**TASK:** From the entries below, copy each line in which the word "degrees" occurs.

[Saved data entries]
● ● ● ●

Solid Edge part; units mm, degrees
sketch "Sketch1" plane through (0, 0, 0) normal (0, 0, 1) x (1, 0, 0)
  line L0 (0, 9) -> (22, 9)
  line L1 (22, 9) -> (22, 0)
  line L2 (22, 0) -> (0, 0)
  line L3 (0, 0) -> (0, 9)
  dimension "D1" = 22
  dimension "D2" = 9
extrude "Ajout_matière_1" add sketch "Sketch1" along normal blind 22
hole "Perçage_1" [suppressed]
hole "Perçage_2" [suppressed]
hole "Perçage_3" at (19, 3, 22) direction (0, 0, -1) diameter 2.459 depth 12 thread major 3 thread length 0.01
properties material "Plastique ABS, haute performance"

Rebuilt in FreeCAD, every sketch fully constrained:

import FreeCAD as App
import Part
import Sketcher
from FreeCAD import Vector


def add_polygon(sketch, points):
    """Adds a closed chain of lines whose ends are joined by coincident constraints."""
    first, n = sketch.GeometryCount, len(points)
    for a, b in zip(points, points[1:] + points[:1]):
        sketch.addGeometry(Part.LineSegment(App.Vector(*a, 0), App.Vector(*b, 0)), False)
    for i in range(n):
        sketch.addConstraint(Sketcher.Constraint("Coincident", first + i, 2, first + (i + 1) % n, 1))

doc = App.newDocument("Part")
body = doc.addObject("PartDesign::Body", "Body")

# Sketch on XY plane
sketch1 = body.newObject("Sketcher::SketchObject", "Sketch")
sketch1.AttachmentSupport = (doc.getObject("XY_Plane"), [""])
sketch1.MapMode = "FlatFace"
add_polygon(sketch1, [(22, 9), (0, 9), (0, 0), (22, 0)])  # lines 0-3
sketch1.addConstraint(Sketcher.Constraint("Horizontal", 0))
sketch1.addConstraint(Sketcher.Constraint("Vertical", 1))
sketch1.addConstraint(Sketcher.Constraint("Horizontal", 2))
sketch1.addConstraint(Sketcher.Constraint("Vertical", 3))
sketch1.addConstraint(Sketcher.Constraint("Coincident", 1, 2, -1, 1))
sketch1.addConstraint(Sketcher.Constraint("DistanceX", 0, 2, 0, 1, 22.0))
sketch1.addConstraint(Sketcher.Constraint("DistanceY", 1, 2, 1, 1, 9.0))
pad1 = body.newObject("PartDesign::Pad", "Pad")
pad1.Profile = sketch1
pad1.Length = 22

# Sketch on XY plane
sketch2 = body.newObject("Sketcher::SketchObject", "Sketch001")
sketch2.AttachmentSupport = (doc.getObject("XY_Plane"), [""])
sketch2.MapMode = "FlatFace"
sketch2.AttachmentOffset = App.Placement(Vector(0, 0, 22), App.Rotation())
sketch2.addGeometry(Part.Circle(Vector(19, 3, 0), Vector(0, 0, 1), 1.2), False)
sketch2.addConstraint(Sketcher.Constraint("Diameter", 0, 2.459))
sketch2.addConstraint(Sketcher.Constraint("DistanceX", -1, 1, 0, 3, 19.0))
sketch2.addConstraint(Sketcher.Constraint("DistanceY", -1, 1, 0, 3, 3.0))
doc.recompute()
hole = body.newObject("PartDesign::Hole", "Hole")
hole.Profile = sketch2
hole.ThreadType = "None"
hole.Diameter = 2.459
hole.DepthType = "Dimension"
hole.Depth = 12
hole.DrillPoint = "Flat"

doc.recompute()
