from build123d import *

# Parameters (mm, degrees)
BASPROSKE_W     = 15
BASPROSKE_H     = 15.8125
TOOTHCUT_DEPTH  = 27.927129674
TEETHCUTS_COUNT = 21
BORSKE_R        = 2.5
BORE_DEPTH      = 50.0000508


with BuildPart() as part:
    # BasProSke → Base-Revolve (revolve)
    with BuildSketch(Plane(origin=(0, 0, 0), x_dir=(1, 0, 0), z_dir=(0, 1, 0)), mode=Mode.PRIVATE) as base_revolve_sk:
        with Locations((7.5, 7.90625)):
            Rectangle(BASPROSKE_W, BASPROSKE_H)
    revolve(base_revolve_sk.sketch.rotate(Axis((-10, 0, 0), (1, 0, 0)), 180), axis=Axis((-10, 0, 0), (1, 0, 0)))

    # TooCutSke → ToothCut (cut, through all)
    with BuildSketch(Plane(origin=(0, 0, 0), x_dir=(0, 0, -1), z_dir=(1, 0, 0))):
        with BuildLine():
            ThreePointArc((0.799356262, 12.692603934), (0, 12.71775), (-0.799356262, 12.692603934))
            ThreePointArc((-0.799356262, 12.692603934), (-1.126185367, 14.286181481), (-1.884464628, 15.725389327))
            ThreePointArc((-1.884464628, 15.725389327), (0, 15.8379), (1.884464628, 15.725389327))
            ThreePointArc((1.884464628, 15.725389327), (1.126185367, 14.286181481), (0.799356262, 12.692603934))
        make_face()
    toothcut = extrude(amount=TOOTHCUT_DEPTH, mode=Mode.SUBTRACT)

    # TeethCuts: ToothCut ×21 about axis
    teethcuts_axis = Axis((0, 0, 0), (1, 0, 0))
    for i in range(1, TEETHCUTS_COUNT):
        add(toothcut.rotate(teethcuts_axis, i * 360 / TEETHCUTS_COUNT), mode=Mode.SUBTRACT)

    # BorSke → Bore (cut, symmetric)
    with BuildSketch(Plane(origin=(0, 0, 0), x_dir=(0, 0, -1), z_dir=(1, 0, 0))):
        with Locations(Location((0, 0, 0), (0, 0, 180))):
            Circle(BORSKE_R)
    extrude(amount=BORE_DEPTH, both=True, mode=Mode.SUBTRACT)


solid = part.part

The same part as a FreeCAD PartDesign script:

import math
import FreeCAD as App
import Part
import Sketcher

V = App.Vector
Q = App.Units.Quantity


def add_polygon(sketch, points):
    """Adds a closed chain of lines whose ends are joined by coincident constraints."""
    first, n = sketch.GeometryCount, len(points)
    for a, b in zip(points, points[1:] + points[:1]):
        sketch.addGeometry(Part.LineSegment(App.Vector(*a, 0), App.Vector(*b, 0)), False)
    for i in range(n):
        sketch.addConstraint(Sketcher.Constraint("Coincident", first + i, 2, first + (i + 1) % n, 1))

doc = App.newDocument("Part")
body = doc.addObject("PartDesign::Body", "Body")

# Sketch on XZ plane
sketch1 = body.newObject("Sketcher::SketchObject", "Sketch")
sketch1.AttachmentSupport = (doc.getObject("XZ_Plane"), [""])
sketch1.MapMode = "FlatFace"
add_polygon(sketch1, [(0, -15.8125), (0, 0), (15, 0), (15, -15.8125)])  # lines 0-3
sketch1.addConstraint([
    Sketcher.Constraint("Vertical", 0),
    Sketcher.Constraint("Horizontal", 1),
    Sketcher.Constraint("Vertical", 2),
    Sketcher.Constraint("Horizontal", 3),
    Sketcher.Constraint("Coincident", 0, 2, -1, 1),
    Sketcher.Constraint("DistanceX", 1, 1, 1, 2, Q("15 mm")),
    Sketcher.Constraint("DistanceY", 0, 1, 0, 2, Q("15.8125 mm")),
])
revolution = body.newObject("PartDesign::Revolution", "Revolution")
revolution.Profile = sketch1
revolution.ReferenceAxis = (sketch1, ["H_Axis"])
revolution.Angle = 360

# Sketch on YZ plane
sketch2 = body.newObject("Sketcher::SketchObject", "Sketch001")
sketch2.AttachmentSupport = (doc.getObject("YZ_Plane"), [""])
sketch2.MapMode = "FlatFace"
sketch2.addGeometry([
    Part.ArcOfCircle(Part.Circle(V(0, 0, 0), V(0, 0, 1), 12.71775), math.radians(-3.603621), math.radians(3.603621)),
    Part.ArcOfCircle(Part.Circle(V(12.340706, -6.563625, 0), V(0, 0, 1), 5.775), math.radians(54.119797), math.radians(86.506529)),
    Part.ArcOfCircle(Part.Circle(V(0, 0, 0), V(0, 0, 1), 15.8379), math.radians(-6.833499), math.radians(6.833499)),
    Part.ArcOfCircle(Part.Circle(V(12.340706, 6.563625, 0), V(0, 0, 1), 5.775), math.radians(-86.506529), math.radians(-54.119797)),
], False)
sketch2.addConstraint([
    Sketcher.Constraint("Coincident", 0, 1, 1, 2),
    Sketcher.Constraint("Coincident", 1, 1, 2, 1),
    Sketcher.Constraint("Coincident", 2, 2, 3, 2),
    Sketcher.Constraint("Coincident", 3, 1, 0, 2),
    Sketcher.Constraint("Coincident", 0, 3, -1, 1),
    Sketcher.Constraint("Coincident", 2, 3, -1, 1),
    Sketcher.Constraint("Equal", 1, 3),
    Sketcher.Constraint("Symmetric", 1, 3, 3, 3, -1),
    Sketcher.Constraint("Radius", 1, Q("5.775 mm")),
    Sketcher.Constraint("Radius", 2, Q("15.8379 mm")),
    Sketcher.Constraint("Radius", 0, Q("12.71775 mm")),
    Sketcher.Constraint("DistanceX", 1, 3, 0, 1, Q("0.351898 mm")),
    Sketcher.Constraint("DistanceX", -1, 1, 1, 1, Q("15.725389 mm")),
])
pocket1 = body.newObject("PartDesign::Pocket", "Pocket")
pocket1.Profile = sketch2
pocket1.Type = "ThroughAll"
pocket1.Reversed = True
doc.recompute()

polarpattern = body.newObject("PartDesign::PolarPattern", "PolarPattern")
polarpattern.Originals = [pocket1]
polarpattern.Axis = (doc.getObject("X_Axis"), [""])
polarpattern.Angle = 360
polarpattern.Occurrences = 21
body.Tip = polarpattern

# Sketch on YZ plane
sketch3 = body.newObject("Sketcher::SketchObject", "Sketch002")
sketch3.AttachmentSupport = (doc.getObject("YZ_Plane"), [""])
sketch3.MapMode = "FlatFace"
sketch3.addGeometry(Part.Circle(V(0, 0, 0), V(0, 0, 1), 2.5), False)
sketch3.addConstraint([
    Sketcher.Constraint("Coincident", 0, 3, -1, 1),
    Sketcher.Constraint("Diameter", 0, Q("5 mm")),
])
pocket2 = body.newObject("PartDesign::Pocket", "Pocket001")
pocket2.Profile = sketch3
pocket2.Length = 100.000102
pocket2.Midplane = True

doc.recompute()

● ● ● ●

**WRITTEN RESPONSE:**
Solid Edge part; units mm, degrees
# Parameters (mm, degrees)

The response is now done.